— Description of the task —
Find the lines of the records in which the word "amount" appears and report how many there are, as a number alone.

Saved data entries
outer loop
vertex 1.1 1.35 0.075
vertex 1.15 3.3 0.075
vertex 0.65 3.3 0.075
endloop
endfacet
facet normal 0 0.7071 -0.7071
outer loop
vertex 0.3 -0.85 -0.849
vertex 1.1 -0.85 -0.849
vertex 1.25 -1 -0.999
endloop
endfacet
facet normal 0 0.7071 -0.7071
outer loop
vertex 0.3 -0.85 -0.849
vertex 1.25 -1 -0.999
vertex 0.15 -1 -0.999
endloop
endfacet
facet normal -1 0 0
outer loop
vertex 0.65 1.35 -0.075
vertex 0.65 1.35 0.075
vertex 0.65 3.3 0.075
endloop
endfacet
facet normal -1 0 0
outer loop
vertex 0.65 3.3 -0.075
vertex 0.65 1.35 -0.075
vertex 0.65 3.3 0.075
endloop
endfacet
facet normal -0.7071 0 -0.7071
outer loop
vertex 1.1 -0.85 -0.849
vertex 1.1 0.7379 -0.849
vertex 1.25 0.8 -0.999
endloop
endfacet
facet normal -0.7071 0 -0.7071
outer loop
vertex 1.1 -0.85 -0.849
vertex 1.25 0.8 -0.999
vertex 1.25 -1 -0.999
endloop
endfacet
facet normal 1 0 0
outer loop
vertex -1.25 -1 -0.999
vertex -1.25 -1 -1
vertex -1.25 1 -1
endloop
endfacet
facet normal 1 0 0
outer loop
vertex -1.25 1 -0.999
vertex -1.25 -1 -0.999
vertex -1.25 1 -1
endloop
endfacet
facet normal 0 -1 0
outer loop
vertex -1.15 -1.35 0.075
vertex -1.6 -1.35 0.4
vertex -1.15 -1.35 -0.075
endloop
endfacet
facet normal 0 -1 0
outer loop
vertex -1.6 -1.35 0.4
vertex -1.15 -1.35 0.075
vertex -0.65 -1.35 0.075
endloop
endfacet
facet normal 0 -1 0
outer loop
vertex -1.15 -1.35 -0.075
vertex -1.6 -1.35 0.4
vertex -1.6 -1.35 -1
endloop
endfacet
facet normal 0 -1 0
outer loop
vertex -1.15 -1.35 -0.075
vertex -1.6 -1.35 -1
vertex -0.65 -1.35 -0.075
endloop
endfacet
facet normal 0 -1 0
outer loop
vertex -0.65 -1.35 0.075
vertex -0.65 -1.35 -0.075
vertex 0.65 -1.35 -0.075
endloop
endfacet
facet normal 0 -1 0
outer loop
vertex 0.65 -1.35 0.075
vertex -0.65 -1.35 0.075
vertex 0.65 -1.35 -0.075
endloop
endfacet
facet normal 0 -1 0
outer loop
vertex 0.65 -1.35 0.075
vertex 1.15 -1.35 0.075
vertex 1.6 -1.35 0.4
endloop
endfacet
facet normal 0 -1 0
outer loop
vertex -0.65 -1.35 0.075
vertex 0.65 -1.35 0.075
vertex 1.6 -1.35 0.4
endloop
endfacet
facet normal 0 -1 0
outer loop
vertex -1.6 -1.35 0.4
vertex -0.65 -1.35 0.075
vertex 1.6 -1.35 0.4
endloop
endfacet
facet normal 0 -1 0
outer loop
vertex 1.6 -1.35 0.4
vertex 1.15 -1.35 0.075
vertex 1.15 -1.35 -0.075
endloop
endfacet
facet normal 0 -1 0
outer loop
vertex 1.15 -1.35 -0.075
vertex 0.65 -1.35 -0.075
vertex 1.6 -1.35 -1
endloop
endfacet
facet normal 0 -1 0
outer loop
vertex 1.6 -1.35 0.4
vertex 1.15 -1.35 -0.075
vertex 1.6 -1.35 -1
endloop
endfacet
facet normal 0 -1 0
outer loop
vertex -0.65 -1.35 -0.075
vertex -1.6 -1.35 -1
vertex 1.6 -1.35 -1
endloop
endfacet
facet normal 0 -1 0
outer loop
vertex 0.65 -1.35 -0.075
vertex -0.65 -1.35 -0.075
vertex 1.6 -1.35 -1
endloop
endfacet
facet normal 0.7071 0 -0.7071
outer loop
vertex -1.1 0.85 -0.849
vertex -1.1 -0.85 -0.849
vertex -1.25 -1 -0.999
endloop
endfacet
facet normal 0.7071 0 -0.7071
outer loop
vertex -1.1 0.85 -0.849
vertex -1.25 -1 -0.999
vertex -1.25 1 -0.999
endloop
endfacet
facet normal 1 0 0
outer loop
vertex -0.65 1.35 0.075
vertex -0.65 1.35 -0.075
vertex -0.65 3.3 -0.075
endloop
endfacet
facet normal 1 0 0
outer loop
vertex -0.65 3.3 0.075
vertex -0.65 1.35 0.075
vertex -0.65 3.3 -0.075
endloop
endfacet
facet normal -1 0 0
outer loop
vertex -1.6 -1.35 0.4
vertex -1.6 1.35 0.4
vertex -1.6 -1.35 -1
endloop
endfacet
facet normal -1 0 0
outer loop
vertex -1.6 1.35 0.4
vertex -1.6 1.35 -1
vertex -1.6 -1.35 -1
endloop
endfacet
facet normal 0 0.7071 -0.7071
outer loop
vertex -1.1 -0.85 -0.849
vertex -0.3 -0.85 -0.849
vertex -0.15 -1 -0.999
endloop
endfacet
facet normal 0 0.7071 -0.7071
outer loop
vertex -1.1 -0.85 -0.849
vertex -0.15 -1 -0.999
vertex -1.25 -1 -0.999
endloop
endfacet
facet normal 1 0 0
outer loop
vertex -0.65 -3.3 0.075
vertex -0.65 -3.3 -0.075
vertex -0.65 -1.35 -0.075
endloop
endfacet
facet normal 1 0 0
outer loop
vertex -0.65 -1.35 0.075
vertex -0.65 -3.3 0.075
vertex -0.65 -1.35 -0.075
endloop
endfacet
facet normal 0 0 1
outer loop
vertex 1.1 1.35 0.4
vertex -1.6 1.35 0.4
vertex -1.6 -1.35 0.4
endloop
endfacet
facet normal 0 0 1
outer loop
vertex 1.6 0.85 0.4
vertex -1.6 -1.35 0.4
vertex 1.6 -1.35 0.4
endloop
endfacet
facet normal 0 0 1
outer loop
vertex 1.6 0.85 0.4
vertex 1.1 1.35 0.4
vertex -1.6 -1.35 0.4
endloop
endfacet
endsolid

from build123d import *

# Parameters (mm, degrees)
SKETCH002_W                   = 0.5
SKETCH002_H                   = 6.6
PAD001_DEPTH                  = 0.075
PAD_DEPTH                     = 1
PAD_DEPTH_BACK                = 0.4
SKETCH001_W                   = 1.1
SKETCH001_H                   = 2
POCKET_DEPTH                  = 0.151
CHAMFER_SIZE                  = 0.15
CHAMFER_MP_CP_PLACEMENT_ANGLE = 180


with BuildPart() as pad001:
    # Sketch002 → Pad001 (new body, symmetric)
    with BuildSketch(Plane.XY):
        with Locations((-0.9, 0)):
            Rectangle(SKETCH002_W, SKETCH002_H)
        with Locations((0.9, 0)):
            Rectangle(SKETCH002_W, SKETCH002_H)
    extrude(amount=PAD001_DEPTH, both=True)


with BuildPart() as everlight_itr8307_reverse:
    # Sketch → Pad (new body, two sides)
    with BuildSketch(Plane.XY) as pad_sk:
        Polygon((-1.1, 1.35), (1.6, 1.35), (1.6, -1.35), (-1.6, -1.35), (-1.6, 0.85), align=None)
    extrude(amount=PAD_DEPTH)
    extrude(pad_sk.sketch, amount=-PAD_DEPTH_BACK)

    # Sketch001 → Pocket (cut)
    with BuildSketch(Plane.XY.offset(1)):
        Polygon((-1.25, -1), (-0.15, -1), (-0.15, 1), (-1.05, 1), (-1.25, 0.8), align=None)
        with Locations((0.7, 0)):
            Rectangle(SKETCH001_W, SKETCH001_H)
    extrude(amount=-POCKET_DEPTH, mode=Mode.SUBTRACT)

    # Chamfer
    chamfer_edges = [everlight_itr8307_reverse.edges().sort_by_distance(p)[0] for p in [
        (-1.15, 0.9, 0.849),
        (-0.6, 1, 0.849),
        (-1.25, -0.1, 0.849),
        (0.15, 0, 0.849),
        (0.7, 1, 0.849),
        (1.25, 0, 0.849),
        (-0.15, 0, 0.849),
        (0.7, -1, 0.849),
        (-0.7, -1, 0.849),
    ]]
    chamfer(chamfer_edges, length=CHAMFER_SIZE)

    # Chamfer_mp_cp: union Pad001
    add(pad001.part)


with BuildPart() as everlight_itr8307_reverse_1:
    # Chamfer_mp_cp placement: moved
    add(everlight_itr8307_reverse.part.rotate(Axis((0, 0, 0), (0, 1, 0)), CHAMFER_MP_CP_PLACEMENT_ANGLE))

— Solution to the exercise —
4